◆ **Stored items**
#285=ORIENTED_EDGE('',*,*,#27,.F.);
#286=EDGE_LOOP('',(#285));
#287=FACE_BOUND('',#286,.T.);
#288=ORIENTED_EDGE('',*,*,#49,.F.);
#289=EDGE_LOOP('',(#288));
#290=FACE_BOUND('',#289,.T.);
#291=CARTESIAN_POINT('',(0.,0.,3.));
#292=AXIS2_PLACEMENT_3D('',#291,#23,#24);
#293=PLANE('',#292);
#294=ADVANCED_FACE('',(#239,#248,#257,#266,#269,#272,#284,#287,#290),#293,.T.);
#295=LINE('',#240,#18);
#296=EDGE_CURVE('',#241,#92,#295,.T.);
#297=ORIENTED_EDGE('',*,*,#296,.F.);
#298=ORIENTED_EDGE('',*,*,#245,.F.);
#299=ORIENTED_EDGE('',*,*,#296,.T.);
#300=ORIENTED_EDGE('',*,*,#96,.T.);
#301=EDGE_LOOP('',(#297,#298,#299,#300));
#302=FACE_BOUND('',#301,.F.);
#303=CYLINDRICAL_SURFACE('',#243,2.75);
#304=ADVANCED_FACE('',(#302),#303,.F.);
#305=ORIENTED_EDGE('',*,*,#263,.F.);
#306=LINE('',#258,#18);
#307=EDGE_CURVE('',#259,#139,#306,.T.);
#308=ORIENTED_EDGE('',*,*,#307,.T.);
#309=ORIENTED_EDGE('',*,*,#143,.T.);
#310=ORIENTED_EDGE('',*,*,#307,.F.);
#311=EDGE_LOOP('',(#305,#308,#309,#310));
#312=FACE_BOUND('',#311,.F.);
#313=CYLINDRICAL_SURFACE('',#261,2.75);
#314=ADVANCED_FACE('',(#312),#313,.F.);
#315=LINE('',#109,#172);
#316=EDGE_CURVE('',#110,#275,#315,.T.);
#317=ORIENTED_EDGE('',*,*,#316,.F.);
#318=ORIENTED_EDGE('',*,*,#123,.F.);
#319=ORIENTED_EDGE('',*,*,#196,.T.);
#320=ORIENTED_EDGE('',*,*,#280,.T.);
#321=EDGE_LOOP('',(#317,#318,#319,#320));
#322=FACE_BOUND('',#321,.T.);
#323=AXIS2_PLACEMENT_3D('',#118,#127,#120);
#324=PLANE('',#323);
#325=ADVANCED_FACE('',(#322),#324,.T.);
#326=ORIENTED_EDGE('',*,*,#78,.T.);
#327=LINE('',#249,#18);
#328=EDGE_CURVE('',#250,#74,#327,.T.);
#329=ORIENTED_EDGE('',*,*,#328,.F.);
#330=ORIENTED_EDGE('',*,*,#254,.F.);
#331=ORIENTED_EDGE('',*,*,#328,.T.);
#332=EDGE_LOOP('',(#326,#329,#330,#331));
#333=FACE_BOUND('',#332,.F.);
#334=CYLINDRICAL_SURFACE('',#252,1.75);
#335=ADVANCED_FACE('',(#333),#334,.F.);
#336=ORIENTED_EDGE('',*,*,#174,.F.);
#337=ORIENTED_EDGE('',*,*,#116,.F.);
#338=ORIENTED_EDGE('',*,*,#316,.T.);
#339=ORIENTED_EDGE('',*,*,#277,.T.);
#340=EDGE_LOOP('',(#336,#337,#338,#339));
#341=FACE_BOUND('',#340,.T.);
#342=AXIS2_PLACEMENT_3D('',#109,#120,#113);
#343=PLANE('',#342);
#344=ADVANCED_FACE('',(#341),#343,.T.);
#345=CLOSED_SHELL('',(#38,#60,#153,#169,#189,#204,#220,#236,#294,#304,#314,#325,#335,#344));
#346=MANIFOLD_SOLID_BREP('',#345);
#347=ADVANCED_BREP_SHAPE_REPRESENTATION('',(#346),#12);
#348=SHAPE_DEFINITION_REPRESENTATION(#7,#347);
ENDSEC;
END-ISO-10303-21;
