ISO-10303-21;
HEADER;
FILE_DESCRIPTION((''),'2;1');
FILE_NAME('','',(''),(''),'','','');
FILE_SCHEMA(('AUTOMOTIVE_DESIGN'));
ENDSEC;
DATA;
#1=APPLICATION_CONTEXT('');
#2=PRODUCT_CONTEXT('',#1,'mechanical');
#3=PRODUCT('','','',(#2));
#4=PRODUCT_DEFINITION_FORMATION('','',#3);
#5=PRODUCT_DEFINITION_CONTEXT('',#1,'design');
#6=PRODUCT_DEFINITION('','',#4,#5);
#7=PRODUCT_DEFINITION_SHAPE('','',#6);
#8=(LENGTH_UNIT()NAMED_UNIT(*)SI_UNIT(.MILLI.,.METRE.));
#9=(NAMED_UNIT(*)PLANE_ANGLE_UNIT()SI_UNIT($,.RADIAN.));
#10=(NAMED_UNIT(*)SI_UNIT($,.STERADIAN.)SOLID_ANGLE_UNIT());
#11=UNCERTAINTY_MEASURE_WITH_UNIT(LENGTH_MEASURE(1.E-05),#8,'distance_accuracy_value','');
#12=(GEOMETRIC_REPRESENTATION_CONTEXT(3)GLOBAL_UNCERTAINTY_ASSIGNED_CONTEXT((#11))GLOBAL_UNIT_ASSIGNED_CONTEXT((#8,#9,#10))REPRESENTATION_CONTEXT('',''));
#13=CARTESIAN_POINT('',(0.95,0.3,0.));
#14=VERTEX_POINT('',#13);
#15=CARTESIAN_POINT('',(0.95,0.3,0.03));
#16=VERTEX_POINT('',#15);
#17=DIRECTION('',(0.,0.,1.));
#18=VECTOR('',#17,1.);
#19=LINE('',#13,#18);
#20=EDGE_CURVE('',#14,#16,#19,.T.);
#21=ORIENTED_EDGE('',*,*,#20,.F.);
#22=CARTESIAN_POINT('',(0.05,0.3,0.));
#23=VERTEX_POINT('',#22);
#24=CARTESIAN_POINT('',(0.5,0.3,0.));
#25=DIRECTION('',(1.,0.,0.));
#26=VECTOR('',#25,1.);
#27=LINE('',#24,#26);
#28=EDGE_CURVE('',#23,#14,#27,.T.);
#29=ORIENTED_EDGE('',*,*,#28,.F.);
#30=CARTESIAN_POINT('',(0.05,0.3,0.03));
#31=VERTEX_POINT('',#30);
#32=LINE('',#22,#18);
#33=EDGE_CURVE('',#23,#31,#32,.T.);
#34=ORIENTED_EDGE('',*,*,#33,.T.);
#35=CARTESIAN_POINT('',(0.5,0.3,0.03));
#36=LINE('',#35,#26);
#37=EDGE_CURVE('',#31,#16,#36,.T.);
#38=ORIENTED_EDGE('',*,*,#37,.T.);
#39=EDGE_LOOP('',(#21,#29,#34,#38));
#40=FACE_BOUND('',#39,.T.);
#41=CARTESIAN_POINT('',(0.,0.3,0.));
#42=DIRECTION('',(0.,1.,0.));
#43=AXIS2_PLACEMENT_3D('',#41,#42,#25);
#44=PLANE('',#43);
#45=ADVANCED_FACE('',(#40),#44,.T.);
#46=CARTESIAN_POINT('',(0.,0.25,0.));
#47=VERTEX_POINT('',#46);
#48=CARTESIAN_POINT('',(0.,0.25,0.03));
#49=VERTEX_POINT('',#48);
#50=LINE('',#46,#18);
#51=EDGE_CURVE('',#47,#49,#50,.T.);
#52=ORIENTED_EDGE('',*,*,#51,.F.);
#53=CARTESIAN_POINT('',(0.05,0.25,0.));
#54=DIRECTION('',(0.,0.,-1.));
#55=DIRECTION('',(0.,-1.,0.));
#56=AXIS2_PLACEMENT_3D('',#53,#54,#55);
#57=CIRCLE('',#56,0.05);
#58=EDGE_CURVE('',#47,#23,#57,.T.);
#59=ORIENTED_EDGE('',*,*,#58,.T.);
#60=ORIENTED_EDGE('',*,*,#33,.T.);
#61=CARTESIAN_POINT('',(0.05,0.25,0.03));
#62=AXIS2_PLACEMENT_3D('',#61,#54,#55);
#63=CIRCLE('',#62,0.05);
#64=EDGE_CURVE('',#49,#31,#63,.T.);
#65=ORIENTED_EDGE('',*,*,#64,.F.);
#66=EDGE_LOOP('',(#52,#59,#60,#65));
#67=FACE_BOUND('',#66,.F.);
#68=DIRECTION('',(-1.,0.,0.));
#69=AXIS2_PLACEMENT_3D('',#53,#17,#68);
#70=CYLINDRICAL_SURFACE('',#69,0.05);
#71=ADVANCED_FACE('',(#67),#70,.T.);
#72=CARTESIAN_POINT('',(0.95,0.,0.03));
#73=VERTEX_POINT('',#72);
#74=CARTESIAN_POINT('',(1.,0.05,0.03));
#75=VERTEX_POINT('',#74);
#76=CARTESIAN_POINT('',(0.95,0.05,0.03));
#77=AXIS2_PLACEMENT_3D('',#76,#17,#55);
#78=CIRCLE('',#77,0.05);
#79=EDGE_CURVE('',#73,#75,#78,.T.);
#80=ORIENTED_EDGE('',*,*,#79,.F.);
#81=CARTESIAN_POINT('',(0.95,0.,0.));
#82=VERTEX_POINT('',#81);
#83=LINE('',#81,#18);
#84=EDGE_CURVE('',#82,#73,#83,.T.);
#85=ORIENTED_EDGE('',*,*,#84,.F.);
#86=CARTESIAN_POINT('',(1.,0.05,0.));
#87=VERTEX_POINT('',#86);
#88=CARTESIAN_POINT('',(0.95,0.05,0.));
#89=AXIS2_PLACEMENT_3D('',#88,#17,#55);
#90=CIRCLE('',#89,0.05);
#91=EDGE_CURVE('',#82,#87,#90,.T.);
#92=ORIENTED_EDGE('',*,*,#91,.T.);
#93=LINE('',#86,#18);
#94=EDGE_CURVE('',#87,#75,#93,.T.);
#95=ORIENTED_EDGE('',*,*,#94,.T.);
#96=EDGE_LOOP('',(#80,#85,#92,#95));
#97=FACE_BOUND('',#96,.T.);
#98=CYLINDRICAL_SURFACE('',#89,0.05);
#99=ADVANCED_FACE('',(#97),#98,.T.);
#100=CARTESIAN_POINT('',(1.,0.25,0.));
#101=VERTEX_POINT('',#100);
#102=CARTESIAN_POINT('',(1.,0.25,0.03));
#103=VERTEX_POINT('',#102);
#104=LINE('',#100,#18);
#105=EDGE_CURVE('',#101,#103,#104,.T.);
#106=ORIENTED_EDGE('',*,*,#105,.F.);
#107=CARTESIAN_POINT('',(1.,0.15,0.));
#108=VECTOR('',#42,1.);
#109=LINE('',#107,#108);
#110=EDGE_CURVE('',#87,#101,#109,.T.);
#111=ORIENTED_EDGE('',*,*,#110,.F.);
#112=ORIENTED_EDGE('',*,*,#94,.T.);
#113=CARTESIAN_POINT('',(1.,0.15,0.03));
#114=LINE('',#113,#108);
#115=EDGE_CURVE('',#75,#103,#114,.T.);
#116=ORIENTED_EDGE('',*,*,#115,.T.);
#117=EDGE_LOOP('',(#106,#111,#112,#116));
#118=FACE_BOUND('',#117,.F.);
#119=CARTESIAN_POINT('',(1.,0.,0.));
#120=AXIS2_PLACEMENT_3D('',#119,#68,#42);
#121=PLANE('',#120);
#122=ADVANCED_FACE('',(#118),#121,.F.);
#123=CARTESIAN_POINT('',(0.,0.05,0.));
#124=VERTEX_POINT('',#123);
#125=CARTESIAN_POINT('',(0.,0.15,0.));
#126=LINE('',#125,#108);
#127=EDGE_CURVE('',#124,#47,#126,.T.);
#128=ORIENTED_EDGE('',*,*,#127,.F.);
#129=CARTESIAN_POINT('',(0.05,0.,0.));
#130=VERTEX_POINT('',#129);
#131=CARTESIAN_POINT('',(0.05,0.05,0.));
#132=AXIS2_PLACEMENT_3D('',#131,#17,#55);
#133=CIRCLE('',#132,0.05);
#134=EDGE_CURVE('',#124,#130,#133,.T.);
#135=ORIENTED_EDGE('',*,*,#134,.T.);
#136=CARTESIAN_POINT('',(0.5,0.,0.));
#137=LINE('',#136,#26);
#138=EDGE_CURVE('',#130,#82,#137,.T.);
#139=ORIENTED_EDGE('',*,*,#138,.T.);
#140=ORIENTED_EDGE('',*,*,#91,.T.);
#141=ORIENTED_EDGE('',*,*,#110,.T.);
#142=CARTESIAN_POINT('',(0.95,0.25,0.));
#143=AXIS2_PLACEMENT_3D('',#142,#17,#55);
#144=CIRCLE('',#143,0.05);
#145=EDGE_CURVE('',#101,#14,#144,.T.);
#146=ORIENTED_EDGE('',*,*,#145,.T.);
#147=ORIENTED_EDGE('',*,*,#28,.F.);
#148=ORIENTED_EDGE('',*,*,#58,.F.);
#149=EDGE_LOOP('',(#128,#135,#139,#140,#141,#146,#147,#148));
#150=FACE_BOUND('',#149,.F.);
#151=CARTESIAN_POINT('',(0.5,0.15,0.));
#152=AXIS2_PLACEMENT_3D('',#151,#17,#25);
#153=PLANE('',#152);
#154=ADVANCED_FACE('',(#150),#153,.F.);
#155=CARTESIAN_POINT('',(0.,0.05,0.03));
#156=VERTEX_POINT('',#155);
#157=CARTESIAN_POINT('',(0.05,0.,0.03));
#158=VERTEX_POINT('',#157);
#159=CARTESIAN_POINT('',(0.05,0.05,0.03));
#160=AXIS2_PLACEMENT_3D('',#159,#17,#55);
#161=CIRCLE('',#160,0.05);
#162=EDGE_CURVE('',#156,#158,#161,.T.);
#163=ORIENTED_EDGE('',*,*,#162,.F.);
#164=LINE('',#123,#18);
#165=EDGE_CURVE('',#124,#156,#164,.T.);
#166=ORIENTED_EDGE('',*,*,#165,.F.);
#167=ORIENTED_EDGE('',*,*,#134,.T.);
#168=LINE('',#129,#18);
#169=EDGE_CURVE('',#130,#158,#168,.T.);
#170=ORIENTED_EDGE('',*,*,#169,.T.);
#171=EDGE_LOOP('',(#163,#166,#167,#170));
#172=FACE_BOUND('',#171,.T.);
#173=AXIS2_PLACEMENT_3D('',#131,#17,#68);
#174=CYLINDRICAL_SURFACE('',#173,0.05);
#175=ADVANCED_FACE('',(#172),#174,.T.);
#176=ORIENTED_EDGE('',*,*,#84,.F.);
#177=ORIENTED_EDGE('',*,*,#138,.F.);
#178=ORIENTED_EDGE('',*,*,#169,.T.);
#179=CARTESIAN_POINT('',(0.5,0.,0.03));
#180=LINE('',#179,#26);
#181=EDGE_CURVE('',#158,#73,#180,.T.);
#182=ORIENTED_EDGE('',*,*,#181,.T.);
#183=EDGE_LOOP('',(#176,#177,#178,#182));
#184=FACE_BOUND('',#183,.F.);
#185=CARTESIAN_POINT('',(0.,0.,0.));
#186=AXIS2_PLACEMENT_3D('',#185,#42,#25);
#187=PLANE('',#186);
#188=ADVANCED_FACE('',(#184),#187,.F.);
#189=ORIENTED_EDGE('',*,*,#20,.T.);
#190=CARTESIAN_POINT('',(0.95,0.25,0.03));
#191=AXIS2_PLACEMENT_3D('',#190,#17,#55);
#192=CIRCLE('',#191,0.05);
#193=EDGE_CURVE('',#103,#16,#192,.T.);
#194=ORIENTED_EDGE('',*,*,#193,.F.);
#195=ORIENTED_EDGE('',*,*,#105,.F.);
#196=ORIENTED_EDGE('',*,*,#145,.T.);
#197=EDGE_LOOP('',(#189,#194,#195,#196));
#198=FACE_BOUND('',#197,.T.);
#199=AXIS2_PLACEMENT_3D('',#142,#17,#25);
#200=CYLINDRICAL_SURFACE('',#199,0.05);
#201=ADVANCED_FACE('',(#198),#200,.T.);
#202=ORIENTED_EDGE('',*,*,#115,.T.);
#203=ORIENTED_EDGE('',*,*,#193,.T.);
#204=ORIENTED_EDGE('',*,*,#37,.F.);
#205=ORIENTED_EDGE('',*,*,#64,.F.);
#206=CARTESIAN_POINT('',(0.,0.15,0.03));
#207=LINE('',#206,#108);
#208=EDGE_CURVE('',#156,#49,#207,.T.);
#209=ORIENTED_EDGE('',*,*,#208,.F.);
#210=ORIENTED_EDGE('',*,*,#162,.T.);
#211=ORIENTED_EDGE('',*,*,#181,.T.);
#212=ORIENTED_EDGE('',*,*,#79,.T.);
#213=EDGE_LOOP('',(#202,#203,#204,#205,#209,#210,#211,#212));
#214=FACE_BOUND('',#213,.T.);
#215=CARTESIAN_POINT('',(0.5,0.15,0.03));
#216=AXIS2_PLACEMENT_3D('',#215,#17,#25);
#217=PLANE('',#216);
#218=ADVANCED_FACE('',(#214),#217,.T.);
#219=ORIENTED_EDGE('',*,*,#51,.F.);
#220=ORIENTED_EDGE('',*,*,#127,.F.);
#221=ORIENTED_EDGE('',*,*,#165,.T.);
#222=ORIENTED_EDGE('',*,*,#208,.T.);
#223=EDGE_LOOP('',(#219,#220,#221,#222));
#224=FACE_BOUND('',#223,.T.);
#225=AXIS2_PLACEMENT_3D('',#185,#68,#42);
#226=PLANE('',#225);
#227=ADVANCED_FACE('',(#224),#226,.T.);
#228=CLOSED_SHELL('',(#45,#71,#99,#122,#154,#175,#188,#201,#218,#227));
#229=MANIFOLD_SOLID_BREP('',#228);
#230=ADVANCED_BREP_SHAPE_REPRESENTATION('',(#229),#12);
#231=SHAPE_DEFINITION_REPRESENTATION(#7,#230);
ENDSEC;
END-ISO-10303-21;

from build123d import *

# Parameters (mm, degrees)
BOX_W     = 1
BOX_H     = 0.3
BOX_DEPTH = 0.03
FILLET_R  = 0.05


with BuildPart() as part:
    # Box → Box (new body)
    with BuildSketch(Plane.XY):
        with Locations((0.5, 0.15)):
            Rectangle(BOX_W, BOX_H)
    extrude(amount=BOX_DEPTH)

    # Fillet
    fillet_edges = [part.edges().sort_by_distance(p)[0] for p in [
        (0, 0, 0.015),
        (0, 0.3, 0.015),
        (1, 0, 0.015),
        (1, 0.3, 0.015),
    ]]
    fillet(fillet_edges, radius=FILLET_R)


solid = part.part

◆ **TRY IT**
Output the lines above exactly, but only those between the line holding "#95=ORIENTED_EDGE('',*,*,#94,.T.);" and the line holding "#160=AXIS2_PLACEMENT_3D('',#159,#17,#55);", inclusive.

◆ **EXERCISE RESPONSE**
#95=ORIENTED_EDGE('',*,*,#94,.T.);
#96=EDGE_LOOP('',(#80,#85,#92,#95));
#97=FACE_BOUND('',#96,.T.);
#98=CYLINDRICAL_SURFACE('',#89,0.05);
#99=ADVANCED_FACE('',(#97),#98,.T.);
#100=CARTESIAN_POINT('',(1.,0.25,0.));
#101=VERTEX_POINT('',#100);
#102=CARTESIAN_POINT('',(1.,0.25,0.03));
#103=VERTEX_POINT('',#102);
#104=LINE('',#100,#18);
#105=EDGE_CURVE('',#101,#103,#104,.T.);
#106=ORIENTED_EDGE('',*,*,#105,.F.);
#107=CARTESIAN_POINT('',(1.,0.15,0.));
#108=VECTOR('',#42,1.);
#109=LINE('',#107,#108);
#110=EDGE_CURVE('',#87,#101,#109,.T.);
#111=ORIENTED_EDGE('',*,*,#110,.F.);
#112=ORIENTED_EDGE('',*,*,#94,.T.);
#113=CARTESIAN_POINT('',(1.,0.15,0.03));
#114=LINE('',#113,#108);
#115=EDGE_CURVE('',#75,#103,#114,.T.);
#116=ORIENTED_EDGE('',*,*,#115,.T.);
#117=EDGE_LOOP('',(#106,#111,#112,#116));
#118=FACE_BOUND('',#117,.F.);
#119=CARTESIAN_POINT('',(1.,0.,0.));
#120=AXIS2_PLACEMENT_3D('',#119,#68,#42);
#121=PLANE('',#120);
#122=ADVANCED_FACE('',(#118),#121,.F.);
#123=CARTESIAN_POINT('',(0.,0.05,0.));
#124=VERTEX_POINT('',#123);
#125=CARTESIAN_POINT('',(0.,0.15,0.));
#126=LINE('',#125,#108);
#127=EDGE_CURVE('',#124,#47,#126,.T.);
#128=ORIENTED_EDGE('',*,*,#127,.F.);
#129=CARTESIAN_POINT('',(0.05,0.,0.));
#130=VERTEX_POINT('',#129);
#131=CARTESIAN_POINT('',(0.05,0.05,0.));
#132=AXIS2_PLACEMENT_3D('',#131,#17,#55);
#133=CIRCLE('',#132,0.05);
#134=EDGE_CURVE('',#124,#130,#133,.T.);
#135=ORIENTED_EDGE('',*,*,#134,.T.);
#136=CARTESIAN_POINT('',(0.5,0.,0.));
#137=LINE('',#136,#26);
#138=EDGE_CURVE('',#130,#82,#137,.T.);
#139=ORIENTED_EDGE('',*,*,#138,.T.);
#140=ORIENTED_EDGE('',*,*,#91,.T.);
#141=ORIENTED_EDGE('',*,*,#110,.T.);
#142=CARTESIAN_POINT('',(0.95,0.25,0.));
#143=AXIS2_PLACEMENT_3D('',#142,#17,#55);
#144=CIRCLE('',#143,0.05);
#145=EDGE_CURVE('',#101,#14,#144,.T.);
#146=ORIENTED_EDGE('',*,*,#145,.T.);
#147=ORIENTED_EDGE('',*,*,#28,.F.);
#148=ORIENTED_EDGE('',*,*,#58,.F.);
#149=EDGE_LOOP('',(#128,#135,#139,#140,#141,#146,#147,#148));
#150=FACE_BOUND('',#149,.F.);
#151=CARTESIAN_POINT('',(0.5,0.15,0.));
#152=AXIS2_PLACEMENT_3D('',#151,#17,#25);
#153=PLANE('',#152);
#154=ADVANCED_FACE('',(#150),#153,.F.);
#155=CARTESIAN_POINT('',(0.,0.05,0.03));
#156=VERTEX_POINT('',#155);
#157=CARTESIAN_POINT('',(0.05,0.,0.03));
#158=VERTEX_POINT('',#157);
#159=CARTESIAN_POINT('',(0.05,0.05,0.03));
#160=AXIS2_PLACEMENT_3D('',#159,#17,#55);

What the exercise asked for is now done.